### Your objective
Range to output from the entries below: the line containing "#426=DIRECTION('',(-0.500000022,0.,0.866025391));" through the line containing "#457=ORIENTED_EDGE('',*,*,#154,.T.);". Set it down exactly, ends included, nothing else.

BEGIN Information shown

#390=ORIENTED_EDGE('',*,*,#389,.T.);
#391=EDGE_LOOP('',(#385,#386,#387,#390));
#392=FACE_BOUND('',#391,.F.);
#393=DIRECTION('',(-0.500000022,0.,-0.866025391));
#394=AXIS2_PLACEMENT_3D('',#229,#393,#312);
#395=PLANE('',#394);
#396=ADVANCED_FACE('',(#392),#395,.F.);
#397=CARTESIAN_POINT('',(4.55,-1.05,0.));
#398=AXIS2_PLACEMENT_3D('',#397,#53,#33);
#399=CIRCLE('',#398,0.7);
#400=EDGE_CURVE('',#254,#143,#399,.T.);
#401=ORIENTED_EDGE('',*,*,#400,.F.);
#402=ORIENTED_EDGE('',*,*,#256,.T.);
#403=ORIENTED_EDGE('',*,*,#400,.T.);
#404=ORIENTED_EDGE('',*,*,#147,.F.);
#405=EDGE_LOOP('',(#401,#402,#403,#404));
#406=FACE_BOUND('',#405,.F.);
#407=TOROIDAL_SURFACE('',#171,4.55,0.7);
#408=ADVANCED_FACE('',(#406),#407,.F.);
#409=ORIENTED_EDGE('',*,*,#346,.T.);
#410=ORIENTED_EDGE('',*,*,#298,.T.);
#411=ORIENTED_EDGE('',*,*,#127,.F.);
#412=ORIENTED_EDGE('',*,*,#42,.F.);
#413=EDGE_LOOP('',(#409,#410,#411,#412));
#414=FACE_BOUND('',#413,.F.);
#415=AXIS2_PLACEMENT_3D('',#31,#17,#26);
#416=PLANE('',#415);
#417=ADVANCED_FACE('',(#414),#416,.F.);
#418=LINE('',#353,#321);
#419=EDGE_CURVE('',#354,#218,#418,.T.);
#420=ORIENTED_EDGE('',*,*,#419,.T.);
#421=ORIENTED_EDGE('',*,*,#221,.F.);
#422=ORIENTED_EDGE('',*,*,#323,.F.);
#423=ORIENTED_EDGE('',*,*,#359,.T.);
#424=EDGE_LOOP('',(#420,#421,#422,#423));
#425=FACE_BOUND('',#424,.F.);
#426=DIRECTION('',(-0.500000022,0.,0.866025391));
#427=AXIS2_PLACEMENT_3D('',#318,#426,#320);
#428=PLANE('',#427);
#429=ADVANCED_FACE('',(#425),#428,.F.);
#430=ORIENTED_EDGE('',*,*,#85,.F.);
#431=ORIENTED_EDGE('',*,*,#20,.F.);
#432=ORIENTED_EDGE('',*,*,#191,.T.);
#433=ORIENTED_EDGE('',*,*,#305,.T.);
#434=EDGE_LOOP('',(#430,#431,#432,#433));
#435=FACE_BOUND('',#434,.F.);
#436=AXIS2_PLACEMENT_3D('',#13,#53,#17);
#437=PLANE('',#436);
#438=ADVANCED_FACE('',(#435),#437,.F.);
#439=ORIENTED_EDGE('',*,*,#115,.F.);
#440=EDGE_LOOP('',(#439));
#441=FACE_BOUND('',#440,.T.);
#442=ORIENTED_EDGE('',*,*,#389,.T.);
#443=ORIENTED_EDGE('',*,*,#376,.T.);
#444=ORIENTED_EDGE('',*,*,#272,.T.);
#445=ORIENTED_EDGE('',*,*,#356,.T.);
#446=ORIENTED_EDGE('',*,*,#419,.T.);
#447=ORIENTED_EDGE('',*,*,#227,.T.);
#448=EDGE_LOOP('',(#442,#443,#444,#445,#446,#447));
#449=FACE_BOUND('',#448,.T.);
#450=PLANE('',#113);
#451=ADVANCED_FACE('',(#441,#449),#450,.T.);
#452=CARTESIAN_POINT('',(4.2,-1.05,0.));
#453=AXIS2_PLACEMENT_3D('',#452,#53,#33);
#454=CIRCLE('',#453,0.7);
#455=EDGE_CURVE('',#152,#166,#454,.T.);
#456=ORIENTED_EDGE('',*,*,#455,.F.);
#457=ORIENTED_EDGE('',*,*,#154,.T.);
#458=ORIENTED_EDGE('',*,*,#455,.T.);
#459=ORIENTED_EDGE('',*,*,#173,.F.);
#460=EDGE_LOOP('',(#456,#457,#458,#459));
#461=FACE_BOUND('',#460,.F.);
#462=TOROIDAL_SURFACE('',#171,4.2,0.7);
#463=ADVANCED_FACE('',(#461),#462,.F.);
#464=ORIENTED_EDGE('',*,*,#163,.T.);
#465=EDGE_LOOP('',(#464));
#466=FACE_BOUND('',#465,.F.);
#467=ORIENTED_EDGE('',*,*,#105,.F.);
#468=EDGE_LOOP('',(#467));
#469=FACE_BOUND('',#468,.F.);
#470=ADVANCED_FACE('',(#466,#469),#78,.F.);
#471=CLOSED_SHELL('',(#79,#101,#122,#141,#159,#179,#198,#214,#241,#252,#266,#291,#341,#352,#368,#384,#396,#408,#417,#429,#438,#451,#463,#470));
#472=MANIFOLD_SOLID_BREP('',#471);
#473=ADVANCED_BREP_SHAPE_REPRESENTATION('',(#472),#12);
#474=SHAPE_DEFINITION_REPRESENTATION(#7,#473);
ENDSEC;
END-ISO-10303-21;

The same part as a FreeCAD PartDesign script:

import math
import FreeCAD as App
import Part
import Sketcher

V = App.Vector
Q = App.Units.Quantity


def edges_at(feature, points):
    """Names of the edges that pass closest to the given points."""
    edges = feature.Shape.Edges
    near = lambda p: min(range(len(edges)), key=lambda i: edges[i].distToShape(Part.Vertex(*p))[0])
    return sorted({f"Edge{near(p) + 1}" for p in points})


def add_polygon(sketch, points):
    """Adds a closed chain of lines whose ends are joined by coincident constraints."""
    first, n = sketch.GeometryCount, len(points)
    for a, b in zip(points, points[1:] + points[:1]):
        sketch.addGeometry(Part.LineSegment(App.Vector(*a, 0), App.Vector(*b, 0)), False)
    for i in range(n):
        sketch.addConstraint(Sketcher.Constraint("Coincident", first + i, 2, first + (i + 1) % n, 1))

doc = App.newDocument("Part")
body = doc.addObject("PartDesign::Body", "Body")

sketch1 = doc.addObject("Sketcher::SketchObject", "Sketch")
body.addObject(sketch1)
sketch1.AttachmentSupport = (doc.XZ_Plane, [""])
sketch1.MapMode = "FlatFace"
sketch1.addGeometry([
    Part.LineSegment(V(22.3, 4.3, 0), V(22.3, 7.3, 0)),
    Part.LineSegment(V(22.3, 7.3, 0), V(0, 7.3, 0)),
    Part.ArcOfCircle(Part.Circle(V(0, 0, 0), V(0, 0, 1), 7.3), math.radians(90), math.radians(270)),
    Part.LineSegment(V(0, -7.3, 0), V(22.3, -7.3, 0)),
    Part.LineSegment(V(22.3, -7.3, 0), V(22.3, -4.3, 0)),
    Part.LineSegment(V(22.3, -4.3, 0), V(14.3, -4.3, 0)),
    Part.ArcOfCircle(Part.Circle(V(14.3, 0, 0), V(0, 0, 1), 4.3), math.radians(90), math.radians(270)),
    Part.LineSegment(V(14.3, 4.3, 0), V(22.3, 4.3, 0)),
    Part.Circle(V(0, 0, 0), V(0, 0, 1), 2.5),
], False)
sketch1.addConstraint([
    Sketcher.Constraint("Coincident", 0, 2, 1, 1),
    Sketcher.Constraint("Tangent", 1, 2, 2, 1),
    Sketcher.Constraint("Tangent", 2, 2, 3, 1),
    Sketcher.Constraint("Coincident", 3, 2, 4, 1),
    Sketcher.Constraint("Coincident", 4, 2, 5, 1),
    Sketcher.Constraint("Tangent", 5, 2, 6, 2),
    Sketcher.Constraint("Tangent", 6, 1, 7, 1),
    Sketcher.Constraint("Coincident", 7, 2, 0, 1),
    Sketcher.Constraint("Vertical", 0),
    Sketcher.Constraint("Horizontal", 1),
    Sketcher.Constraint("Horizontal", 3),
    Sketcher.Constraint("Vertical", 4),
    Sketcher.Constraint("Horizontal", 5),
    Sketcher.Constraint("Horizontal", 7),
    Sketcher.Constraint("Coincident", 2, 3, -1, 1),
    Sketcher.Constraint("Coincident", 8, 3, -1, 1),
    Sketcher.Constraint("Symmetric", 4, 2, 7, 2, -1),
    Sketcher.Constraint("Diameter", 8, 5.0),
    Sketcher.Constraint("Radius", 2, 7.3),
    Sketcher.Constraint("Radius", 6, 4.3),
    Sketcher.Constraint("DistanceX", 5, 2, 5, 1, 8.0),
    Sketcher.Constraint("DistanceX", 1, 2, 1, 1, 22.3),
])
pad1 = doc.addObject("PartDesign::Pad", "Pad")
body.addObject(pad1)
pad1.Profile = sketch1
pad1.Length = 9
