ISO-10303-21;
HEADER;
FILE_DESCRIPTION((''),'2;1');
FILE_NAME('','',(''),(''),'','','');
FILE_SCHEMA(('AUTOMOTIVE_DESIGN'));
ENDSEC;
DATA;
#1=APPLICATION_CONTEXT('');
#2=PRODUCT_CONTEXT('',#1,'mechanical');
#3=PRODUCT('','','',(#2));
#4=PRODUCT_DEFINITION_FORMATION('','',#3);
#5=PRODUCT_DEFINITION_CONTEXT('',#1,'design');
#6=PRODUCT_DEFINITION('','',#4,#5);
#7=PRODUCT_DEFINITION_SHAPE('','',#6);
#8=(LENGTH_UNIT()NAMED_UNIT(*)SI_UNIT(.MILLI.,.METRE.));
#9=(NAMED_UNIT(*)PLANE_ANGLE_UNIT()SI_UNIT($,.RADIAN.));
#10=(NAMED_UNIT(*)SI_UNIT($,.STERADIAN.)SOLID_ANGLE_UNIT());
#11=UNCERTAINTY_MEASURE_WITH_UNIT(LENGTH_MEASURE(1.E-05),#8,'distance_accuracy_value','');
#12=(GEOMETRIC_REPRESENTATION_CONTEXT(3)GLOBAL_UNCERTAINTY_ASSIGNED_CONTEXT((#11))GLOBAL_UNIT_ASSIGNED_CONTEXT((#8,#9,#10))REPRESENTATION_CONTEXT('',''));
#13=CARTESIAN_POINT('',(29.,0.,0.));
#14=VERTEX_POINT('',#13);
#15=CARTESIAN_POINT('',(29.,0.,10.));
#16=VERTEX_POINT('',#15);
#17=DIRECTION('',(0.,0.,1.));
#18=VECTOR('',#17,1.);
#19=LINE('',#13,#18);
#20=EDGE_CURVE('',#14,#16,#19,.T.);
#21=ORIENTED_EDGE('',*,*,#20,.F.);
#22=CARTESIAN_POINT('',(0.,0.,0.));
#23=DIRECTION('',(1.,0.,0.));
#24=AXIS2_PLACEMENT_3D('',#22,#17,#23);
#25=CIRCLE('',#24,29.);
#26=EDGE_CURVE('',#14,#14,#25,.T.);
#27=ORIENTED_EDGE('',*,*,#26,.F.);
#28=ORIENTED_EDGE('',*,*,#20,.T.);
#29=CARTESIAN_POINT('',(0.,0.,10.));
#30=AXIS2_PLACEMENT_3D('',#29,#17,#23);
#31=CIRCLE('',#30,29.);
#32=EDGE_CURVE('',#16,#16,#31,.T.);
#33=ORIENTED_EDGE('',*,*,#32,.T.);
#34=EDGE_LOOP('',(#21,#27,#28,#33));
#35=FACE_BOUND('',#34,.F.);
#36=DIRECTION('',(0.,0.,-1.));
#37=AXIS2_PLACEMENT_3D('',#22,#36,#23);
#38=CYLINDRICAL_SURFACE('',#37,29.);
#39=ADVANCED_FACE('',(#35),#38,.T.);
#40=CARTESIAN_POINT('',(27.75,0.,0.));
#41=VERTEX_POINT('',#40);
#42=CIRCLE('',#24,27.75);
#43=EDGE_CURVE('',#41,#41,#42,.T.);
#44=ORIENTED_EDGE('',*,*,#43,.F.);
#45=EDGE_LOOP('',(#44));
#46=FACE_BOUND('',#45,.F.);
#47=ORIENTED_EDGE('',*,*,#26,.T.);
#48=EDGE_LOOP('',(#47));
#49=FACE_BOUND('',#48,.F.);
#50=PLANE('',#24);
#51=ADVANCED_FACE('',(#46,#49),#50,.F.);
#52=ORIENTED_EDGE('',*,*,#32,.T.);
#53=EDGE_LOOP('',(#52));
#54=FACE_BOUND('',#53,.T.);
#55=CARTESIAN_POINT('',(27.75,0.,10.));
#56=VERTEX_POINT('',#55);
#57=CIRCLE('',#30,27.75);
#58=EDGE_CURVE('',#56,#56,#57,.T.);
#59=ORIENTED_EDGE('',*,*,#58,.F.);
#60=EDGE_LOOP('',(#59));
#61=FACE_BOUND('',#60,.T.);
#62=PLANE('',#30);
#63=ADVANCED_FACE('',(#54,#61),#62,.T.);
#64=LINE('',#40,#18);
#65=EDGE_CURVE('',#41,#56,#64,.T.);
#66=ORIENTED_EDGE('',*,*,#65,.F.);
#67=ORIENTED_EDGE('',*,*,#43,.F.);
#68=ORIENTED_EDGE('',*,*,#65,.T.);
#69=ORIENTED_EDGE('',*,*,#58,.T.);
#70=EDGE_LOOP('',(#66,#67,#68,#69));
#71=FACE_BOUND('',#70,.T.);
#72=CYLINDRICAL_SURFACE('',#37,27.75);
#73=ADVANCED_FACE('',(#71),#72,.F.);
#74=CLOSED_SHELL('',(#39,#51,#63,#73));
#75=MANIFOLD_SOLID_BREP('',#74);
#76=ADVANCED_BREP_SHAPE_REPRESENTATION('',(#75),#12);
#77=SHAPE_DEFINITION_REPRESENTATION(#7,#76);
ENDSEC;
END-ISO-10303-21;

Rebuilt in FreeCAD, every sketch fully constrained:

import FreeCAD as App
import Part
import Sketcher
from FreeCAD import Vector

doc = App.newDocument("Part")
body = doc.addObject("PartDesign::Body", "Body")

# Sketch on XY plane
sketch1 = body.newObject("Sketcher::SketchObject", "Sketch")
sketch1.AttachmentSupport = (doc.getObject("XY_Plane"), [""])
sketch1.MapMode = "FlatFace"
sketch1.addGeometry(Part.Circle(Vector(0, 0, 0), Vector(0, 0, 1), 29), False)
sketch1.addGeometry(Part.Circle(Vector(0, 0, 0), Vector(0, 0, 1), 28), False)
sketch1.addConstraint(Sketcher.Constraint("Coincident", 0, 3, -1, 1))
sketch1.addConstraint(Sketcher.Constraint("Coincident", 1, 3, -1, 1))
sketch1.addConstraint(Sketcher.Constraint("Diameter", 0, 58.0))
sketch1.addConstraint(Sketcher.Constraint("Diameter", 1, 55.5))
pad1 = body.newObject("PartDesign::Pad", "Pad")
pad1.Profile = sketch1
pad1.Length = 10

doc.recompute()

END Information shown

### Solution for this task
#426=DIRECTION('',(-0.500000022,0.,0.866025391));
#427=AXIS2_PLACEMENT_3D('',#318,#426,#320);
#428=PLANE('',#427);
#429=ADVANCED_FACE('',(#425),#428,.F.);
#430=ORIENTED_EDGE('',*,*,#85,.F.);
#431=ORIENTED_EDGE('',*,*,#20,.F.);
#432=ORIENTED_EDGE('',*,*,#191,.T.);
#433=ORIENTED_EDGE('',*,*,#305,.T.);
#434=EDGE_LOOP('',(#430,#431,#432,#433));
#435=FACE_BOUND('',#434,.F.);
#436=AXIS2_PLACEMENT_3D('',#13,#53,#17);
#437=PLANE('',#436);
#438=ADVANCED_FACE('',(#435),#437,.F.);
#439=ORIENTED_EDGE('',*,*,#115,.F.);
#440=EDGE_LOOP('',(#439));
#441=FACE_BOUND('',#440,.T.);
#442=ORIENTED_EDGE('',*,*,#389,.T.);
#443=ORIENTED_EDGE('',*,*,#376,.T.);
#444=ORIENTED_EDGE('',*,*,#272,.T.);
#445=ORIENTED_EDGE('',*,*,#356,.T.);
#446=ORIENTED_EDGE('',*,*,#419,.T.);
#447=ORIENTED_EDGE('',*,*,#227,.T.);
#448=EDGE_LOOP('',(#442,#443,#444,#445,#446,#447));
#449=FACE_BOUND('',#448,.T.);
#450=PLANE('',#113);
#451=ADVANCED_FACE('',(#441,#449),#450,.T.);
#452=CARTESIAN_POINT('',(4.2,-1.05,0.));
#453=AXIS2_PLACEMENT_3D('',#452,#53,#33);
#454=CIRCLE('',#453,0.7);
#455=EDGE_CURVE('',#152,#166,#454,.T.);
#456=ORIENTED_EDGE('',*,*,#455,.F.);
#457=ORIENTED_EDGE('',*,*,#154,.T.);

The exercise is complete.